If all had gone according to plan, IBM’s RIOS workstation, the successor to the RT, would have been released last Tuesday. Instead, all we have is an IBM White Paper on the technology at the heart of the new machine – IBM’s second generation RISC processor architecture. John Abbott has the details. The 801 minicomputer […]
If all had gone according to plan, IBM’s RIOS workstation, the successor to the RT, would have been released last Tuesday. Instead, all we have is an IBM White Paper on the technology at the heart of the new machine – IBM’s second generation RISC processor architecture. John Abbott has the details.

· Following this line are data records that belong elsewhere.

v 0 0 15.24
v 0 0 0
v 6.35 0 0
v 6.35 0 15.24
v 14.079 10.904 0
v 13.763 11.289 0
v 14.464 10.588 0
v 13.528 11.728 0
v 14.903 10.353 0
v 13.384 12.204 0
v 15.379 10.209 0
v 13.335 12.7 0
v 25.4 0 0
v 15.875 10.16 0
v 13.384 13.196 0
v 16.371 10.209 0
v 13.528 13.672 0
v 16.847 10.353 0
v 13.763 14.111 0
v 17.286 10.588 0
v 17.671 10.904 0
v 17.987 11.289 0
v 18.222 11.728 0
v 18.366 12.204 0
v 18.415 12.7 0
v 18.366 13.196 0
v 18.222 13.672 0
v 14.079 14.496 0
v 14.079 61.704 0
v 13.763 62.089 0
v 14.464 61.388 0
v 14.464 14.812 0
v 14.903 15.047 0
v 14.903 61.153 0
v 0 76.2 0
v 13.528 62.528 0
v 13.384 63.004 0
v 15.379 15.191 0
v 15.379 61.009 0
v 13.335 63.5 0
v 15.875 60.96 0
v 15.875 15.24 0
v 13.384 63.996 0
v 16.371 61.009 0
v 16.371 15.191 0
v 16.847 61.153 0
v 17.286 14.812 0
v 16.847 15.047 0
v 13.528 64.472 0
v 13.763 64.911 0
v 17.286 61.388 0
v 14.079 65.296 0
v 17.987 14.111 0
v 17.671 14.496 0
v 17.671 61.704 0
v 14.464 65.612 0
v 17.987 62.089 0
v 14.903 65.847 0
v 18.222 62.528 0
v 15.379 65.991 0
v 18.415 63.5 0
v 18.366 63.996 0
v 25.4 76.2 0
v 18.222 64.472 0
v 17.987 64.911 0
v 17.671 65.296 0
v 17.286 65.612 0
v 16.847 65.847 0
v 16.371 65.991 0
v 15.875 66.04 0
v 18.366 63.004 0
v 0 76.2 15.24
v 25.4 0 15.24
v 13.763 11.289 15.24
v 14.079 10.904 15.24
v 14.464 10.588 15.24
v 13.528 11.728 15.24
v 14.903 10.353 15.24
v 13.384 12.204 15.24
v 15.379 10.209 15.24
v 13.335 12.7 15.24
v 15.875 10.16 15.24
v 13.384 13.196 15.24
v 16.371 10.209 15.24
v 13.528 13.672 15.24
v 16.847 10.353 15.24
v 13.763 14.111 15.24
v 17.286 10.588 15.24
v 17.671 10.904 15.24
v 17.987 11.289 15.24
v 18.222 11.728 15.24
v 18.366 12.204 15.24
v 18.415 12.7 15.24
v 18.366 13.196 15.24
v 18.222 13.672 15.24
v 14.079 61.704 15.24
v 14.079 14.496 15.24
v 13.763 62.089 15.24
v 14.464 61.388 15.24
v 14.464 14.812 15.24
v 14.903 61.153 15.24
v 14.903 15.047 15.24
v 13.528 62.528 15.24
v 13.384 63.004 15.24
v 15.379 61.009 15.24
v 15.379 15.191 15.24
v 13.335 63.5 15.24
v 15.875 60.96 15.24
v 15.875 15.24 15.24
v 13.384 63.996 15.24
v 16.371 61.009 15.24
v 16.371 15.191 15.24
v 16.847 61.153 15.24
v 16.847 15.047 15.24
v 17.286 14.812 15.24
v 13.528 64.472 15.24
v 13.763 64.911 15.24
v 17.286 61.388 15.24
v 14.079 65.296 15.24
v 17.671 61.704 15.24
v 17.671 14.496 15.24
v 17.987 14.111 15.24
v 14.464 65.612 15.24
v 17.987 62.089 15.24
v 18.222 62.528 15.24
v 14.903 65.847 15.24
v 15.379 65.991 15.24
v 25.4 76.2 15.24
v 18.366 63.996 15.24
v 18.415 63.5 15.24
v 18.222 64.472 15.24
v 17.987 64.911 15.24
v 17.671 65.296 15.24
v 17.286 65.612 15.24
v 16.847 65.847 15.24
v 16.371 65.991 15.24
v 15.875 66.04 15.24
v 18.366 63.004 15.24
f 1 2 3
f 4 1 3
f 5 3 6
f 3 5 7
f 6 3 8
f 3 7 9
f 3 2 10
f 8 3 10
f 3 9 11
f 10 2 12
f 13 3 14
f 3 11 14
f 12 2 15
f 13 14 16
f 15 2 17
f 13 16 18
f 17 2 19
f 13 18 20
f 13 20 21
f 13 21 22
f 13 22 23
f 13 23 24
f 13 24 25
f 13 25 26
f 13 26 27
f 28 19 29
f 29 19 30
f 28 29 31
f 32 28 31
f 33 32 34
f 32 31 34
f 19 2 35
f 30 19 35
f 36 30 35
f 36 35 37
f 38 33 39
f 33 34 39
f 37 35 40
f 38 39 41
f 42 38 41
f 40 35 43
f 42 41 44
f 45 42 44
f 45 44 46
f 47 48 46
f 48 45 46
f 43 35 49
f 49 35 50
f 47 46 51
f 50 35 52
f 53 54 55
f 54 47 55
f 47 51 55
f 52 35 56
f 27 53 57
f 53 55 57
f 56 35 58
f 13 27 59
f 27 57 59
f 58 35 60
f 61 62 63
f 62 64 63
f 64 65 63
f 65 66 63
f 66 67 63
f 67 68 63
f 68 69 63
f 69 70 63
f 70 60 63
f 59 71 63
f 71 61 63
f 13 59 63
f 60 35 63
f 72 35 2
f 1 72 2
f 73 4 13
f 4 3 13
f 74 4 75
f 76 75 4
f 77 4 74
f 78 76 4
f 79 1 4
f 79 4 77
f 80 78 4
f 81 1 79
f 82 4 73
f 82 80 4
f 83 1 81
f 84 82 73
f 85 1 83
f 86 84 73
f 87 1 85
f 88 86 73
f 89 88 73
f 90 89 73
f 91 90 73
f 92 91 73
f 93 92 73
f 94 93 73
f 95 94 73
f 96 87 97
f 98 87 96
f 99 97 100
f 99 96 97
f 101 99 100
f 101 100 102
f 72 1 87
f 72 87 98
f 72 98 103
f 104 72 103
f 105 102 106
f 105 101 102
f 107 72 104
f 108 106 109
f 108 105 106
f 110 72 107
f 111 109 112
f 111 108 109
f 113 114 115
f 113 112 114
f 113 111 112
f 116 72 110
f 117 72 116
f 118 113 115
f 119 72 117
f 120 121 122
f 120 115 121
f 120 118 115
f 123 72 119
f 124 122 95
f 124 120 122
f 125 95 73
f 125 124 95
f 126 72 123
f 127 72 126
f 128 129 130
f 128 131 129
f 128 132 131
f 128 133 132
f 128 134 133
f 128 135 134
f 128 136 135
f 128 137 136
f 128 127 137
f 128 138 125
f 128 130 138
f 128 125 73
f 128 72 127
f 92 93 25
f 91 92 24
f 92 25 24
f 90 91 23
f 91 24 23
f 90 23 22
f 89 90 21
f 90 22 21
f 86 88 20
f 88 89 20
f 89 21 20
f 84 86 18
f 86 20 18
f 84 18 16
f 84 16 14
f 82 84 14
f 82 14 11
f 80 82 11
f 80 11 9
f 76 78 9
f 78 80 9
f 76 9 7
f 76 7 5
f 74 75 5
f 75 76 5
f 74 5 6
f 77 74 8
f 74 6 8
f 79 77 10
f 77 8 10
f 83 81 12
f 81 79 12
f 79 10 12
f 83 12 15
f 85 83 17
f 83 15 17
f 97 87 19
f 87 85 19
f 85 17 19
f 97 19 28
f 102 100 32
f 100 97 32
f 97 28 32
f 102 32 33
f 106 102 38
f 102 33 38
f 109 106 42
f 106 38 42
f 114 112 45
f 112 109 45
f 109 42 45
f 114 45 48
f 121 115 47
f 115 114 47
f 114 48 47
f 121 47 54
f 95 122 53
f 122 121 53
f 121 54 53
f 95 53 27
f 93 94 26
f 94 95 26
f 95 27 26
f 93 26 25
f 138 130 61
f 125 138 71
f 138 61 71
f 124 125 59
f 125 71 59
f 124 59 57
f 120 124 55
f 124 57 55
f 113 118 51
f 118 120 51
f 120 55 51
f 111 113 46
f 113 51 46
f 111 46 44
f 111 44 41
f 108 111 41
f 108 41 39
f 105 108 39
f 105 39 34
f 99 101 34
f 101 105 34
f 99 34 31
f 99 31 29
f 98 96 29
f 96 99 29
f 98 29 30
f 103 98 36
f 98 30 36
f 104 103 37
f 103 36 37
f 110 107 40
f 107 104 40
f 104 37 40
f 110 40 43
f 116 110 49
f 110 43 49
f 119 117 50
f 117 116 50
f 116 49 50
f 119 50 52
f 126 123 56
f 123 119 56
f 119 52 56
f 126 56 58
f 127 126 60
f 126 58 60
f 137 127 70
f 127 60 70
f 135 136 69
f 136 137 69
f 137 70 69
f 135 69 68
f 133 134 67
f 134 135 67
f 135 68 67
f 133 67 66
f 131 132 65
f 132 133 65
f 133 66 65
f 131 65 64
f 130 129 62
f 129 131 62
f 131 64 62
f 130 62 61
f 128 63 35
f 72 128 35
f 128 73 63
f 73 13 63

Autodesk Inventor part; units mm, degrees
ref_plane "YZ Plane" through (0, 0, 0) normal (1, 0, 0) x (0, 1, 0)
ref_plane "XZ Plane" through (0, 0, 0) normal (0, 1, 0) x (-1, 0, 0)
ref_plane "XY Plane" through (0, 0, 0) normal (0, 0, 1) x (1, 0, 0)
sketch "Sketch1" plane through (0, 0, 0) normal (0, 0, 1) x (1, 0, 0)
  line L0 (0, 0) -> (25.4, 0)
  line L1 (25.4, 0) -> (25.4, 76.2)
  line L2 (25.4, 76.2) -> (0, 76.2)
  line L3 (0, 76.2) -> (0, 0)
  line L4 (0, 0) -> (6.35, 0)
  line L5 (6.35, 0) -> (6.35, 76.2) construction
  line L6 (6.35, 0) -> (25.4, 0)
  line L7 (15.875, 0) -> (15.875, 76.2) construction
  line L8 (15.875, 0) -> (15.875, 12.7) construction
  line L9 (15.875, 76.2) -> (15.875, 63.5) construction
  circle A0 centre (15.875, 12.7) radius 2.54
  circle A1 centre (15.875, 63.5) radius 2.54
  dimension "d0" = 25.4
  dimension "d1" = 76.2
  dimension "d2" = 6.35
  dimension "d3" = 12.7
  dimension "d4" = 12.7
  dimension "d5" = 5.08
extrude "Extrusion1" add sketch "Sketch1" along normal blind 15.24
properties part number "Beefy Spacer" material "Aluminum 6061"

The 801 minicomputer project at IBM Research in Yorktown Heights, New York during the late 1970s and early 1980s is credited with pioneering many of the architectural concepts that have since become popular in the explosion of Reduced Instruction Set Computing processors now on the market. But the 801 minicomputer never appeared, and IBM’s first RISC computer turned out to be the RT workstation in 1985 – not the company’s most successful product. But that same year, the original 801 development team turned its hand to designing a second generation RISC processor now set to appear in the replacement RT workstations due out early next year. Codenamed America, the project was transferred over to IBM’s Advanced Workstation Division in 1986, and has since had additional inputs from IBM’s Burlington and Toronto development labs.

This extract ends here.